[Records excerpted from a collection]
──────────────────────────────
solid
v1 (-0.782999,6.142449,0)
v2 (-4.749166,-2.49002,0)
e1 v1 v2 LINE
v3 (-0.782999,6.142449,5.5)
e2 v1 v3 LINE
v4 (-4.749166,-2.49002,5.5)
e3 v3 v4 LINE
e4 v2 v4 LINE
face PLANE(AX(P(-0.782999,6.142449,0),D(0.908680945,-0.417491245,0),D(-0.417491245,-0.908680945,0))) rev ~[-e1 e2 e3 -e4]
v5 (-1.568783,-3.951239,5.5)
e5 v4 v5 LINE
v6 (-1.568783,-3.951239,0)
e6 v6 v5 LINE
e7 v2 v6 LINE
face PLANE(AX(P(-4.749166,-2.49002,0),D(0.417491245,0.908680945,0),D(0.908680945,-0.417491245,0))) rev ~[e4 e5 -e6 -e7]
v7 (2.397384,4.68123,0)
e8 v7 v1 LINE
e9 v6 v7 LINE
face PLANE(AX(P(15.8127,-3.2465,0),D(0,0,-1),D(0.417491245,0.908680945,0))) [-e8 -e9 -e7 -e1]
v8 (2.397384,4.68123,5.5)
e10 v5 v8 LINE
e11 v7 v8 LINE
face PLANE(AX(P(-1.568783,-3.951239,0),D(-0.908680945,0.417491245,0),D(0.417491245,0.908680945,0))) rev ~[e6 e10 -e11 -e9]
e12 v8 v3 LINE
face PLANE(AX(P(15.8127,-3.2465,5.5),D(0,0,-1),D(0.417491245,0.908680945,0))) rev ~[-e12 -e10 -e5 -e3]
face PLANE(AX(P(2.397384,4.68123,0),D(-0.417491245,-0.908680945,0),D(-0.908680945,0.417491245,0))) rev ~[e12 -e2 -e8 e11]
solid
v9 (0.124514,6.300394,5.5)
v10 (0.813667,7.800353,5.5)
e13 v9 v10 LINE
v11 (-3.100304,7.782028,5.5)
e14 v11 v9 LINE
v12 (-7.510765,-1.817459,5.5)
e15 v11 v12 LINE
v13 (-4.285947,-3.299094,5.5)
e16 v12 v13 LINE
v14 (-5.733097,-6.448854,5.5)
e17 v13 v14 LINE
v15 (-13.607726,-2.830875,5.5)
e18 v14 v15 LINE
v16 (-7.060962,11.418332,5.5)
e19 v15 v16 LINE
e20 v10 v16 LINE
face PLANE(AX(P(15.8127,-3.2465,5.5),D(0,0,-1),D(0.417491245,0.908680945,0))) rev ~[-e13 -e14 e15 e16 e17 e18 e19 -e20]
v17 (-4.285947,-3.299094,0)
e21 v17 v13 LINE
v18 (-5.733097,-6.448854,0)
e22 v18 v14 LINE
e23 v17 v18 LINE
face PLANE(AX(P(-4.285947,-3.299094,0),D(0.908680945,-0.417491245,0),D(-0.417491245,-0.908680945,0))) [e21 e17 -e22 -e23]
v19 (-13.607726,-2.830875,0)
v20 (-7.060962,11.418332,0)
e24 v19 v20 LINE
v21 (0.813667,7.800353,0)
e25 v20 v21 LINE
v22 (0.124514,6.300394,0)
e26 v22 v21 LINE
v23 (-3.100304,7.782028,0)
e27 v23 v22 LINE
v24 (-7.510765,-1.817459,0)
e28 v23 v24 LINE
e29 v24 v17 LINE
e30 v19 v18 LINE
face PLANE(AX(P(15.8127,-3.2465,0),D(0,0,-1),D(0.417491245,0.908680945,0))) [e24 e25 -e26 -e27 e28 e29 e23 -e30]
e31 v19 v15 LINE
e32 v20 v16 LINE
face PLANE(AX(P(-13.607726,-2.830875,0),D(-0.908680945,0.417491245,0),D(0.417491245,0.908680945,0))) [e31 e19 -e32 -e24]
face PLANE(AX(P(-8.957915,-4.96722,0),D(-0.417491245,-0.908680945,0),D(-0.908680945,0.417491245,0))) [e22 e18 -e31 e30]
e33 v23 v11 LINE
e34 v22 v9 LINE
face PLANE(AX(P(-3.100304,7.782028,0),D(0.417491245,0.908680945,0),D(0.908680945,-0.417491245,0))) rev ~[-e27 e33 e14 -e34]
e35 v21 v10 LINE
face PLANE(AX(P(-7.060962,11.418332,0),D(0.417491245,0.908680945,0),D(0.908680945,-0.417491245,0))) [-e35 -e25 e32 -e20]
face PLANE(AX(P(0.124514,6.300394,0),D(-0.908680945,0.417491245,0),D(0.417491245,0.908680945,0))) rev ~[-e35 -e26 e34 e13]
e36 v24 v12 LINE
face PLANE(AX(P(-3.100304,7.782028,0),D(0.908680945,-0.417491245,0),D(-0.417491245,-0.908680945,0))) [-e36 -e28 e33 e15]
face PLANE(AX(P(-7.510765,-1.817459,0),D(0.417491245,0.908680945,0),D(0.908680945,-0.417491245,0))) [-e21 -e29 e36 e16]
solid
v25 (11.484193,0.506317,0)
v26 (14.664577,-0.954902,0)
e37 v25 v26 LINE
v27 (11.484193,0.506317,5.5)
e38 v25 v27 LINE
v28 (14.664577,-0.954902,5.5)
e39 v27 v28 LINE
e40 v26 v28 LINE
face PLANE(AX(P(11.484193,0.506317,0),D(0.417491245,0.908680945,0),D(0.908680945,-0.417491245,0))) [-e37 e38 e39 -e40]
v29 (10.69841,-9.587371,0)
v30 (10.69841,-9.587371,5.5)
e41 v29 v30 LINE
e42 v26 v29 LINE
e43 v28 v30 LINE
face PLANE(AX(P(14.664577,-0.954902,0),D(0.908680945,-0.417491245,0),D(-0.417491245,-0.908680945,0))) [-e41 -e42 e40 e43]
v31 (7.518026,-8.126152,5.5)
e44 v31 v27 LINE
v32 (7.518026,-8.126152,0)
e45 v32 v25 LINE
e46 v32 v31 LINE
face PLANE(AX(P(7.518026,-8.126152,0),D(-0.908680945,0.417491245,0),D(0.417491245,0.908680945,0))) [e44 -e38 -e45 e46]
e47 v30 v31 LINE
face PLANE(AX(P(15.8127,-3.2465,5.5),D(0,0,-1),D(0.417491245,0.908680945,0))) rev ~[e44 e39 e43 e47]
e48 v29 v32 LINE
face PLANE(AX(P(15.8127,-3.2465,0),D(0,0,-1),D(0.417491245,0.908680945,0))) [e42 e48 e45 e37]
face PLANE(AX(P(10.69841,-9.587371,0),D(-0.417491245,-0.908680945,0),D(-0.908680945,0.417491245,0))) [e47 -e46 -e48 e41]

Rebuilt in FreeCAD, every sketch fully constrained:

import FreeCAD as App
import Part
import Sketcher
from FreeCAD import Vector
Q = App.Units.Quantity


def add_polygon(sketch, points):
    """Adds a closed chain of lines whose ends are joined by coincident constraints."""
    first, n = sketch.GeometryCount, len(points)
    for a, b in zip(points, points[1:] + points[:1]):
        sketch.addGeometry(Part.LineSegment(App.Vector(*a, 0), App.Vector(*b, 0)), False)
    for i in range(n):
        sketch.addConstraint(Sketcher.Constraint("Coincident", first + i, 2, first + (i + 1) % n, 1))

doc = App.newDocument("Part")
params = doc.addObject("Spreadsheet::Sheet", "Params")
for row, (alias, value) in enumerate([
    ("sketch1_length", "9.5 mm"),
    ("sketch1_length2", "3.5 mm"),
    ("pad1_length", "5.5 mm"),
    ("pad2_length", "5.5 mm"),
], start=1):
    params.set(f"A{row}", alias)
    params.set(f"B{row}", "=" + value)
    params.setAlias(f"B{row}", alias)

body = doc.addObject("PartDesign::Body", "Body")
body.AllowCompound = True

sketch1 = doc.addObject("Sketcher::SketchObject", "Sketch")
body.addObject(sketch1)
sketch1.AttachmentSupport = (doc.XY_Plane, [""])
sketch1.MapMode = "FlatFace"
add_polygon(sketch1, [(-4.749166, -2.49002), (-0.782999, 6.142449), (2.397384, 4.68123), (-1.568783, -3.951239)])
add_polygon(sketch1, [(11.484193, 0.506317), (14.664577, -0.954902), (10.69841, -9.587371), (7.518026, -8.126152)])
sketch1.addConstraint([
    Sketcher.Constraint("Perpendicular", 0, 1),
    Sketcher.Constraint("Perpendicular", 1, 2),
    Sketcher.Constraint("Perpendicular", 2, 3),
    Sketcher.Constraint("Parallel", 3, 4),
    Sketcher.Constraint("Perpendicular", 4, 5),
    Sketcher.Constraint("Perpendicular", 5, 6),
    Sketcher.Constraint("Perpendicular", 6, 7),
    Sketcher.Constraint("Equal", 3, 4),
    Sketcher.Constraint("Equal", 2, 5),
    Sketcher.Constraint("Distance", 0, Q("9.5 mm")),
    Sketcher.Constraint("Distance", 1, Q("3.5 mm")),
    Sketcher.Constraint("DistanceY", 3, 2, -1, 1, Q("2.49 mm")),
    Sketcher.Constraint("DistanceX", 0, 2, -1, 1, Q("0.783 mm")),
    Sketcher.Constraint("DistanceY", 4, 2, -1, 1, Q("0.955 mm")),
    Sketcher.Constraint("DistanceX", -1, 1, 6, 2, Q("7.518 mm")),
    Sketcher.Constraint("DistanceY", 6, 2, 2, 2, Q("4.175 mm")),
])
sketch1.setExpression("Constraints[17]", "Params.sketch1_length")
sketch1.setExpression("Constraints[18]", "Params.sketch1_length2")
pad1 = doc.addObject("PartDesign::Pad", "Pad")
body.addObject(pad1)
pad1.Profile = sketch1
pad1.setExpression("Length", "Params.pad1_length")

sketch2 = doc.addObject("Sketcher::SketchObject", "Sketch001")
body.addObject(sketch2)
sketch2.AttachmentSupport = (doc.XY_Plane, [""])
sketch2.MapMode = "FlatFace"
add_polygon(sketch2, [(-13.607726, -2.830875), (-7.060962, 11.418332), (0.813667, 7.800353), (0.124514, 6.300394), (-3.100304, 7.782028), (-7.510765, -1.817459), (-4.285947, -3.299094), (-5.733097, -6.448854)])
sketch2.addConstraint([
    Sketcher.Constraint("Perpendicular", 0, 1),
    Sketcher.Constraint("Perpendicular", 1, 2),
    Sketcher.Constraint("Perpendicular", 2, 3),
    Sketcher.Constraint("Perpendicular", 3, 4),
    Sketcher.Constraint("Perpendicular", 4, 5),
    Sketcher.Constraint("Perpendicular", 5, 6),
    Sketcher.Constraint("Perpendicular", 6, 7),
    Sketcher.Constraint("Equal", 3, 5),
    Sketcher.Constraint("DistanceY", 2, 2, 1, 2, Q("1.5 mm")),
    Sketcher.Constraint("Distance", 1, Q("8.666 mm")),
    Sketcher.Constraint("Distance", 3, Q("3.549 mm")),
    Sketcher.Constraint("DistanceX", 0, 2, -1, 1, Q("7.061 mm")),
    Sketcher.Constraint("DistanceY", -1, 1, 3, 2, Q("7.782 mm")),
    Sketcher.Constraint("DistanceX", 5, 2, -1, 1, Q("4.286 mm")),
    Sketcher.Constraint("DistanceY", 5, 2, -1, 1, Q("3.299 mm")),
    Sketcher.Constraint("DistanceX", 6, 2, -1, 1, Q("5.733 mm")),
])
pad2 = doc.addObject("PartDesign::Pad", "Pad001")
body.addObject(pad2)
pad2.Profile = sketch2
pad2.setExpression("Length", "Params.pad2_length")

doc.recompute()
──────────────────────────────
Problem requirements
What you return must be an exact retyping of the lines above starting at the line with "e29 e23 -e30]" and ending at the line with "e34 v22 v9 LINE", and nothing besides.

Exercise solution
face PLANE(AX(P(15.8127,-3.2465,0),D(0,0,-1),D(0.417491245,0.908680945,0))) [e24 e25 -e26 -e27 e28 e29 e23 -e30]
e31 v19 v15 LINE
e32 v20 v16 LINE
face PLANE(AX(P(-13.607726,-2.830875,0),D(-0.908680945,0.417491245,0),D(0.417491245,0.908680945,0))) [e31 e19 -e32 -e24]
face PLANE(AX(P(-8.957915,-4.96722,0),D(-0.417491245,-0.908680945,0),D(-0.908680945,0.417491245,0))) [e22 e18 -e31 e30]
e33 v23 v11 LINE
e34 v22 v9 LINE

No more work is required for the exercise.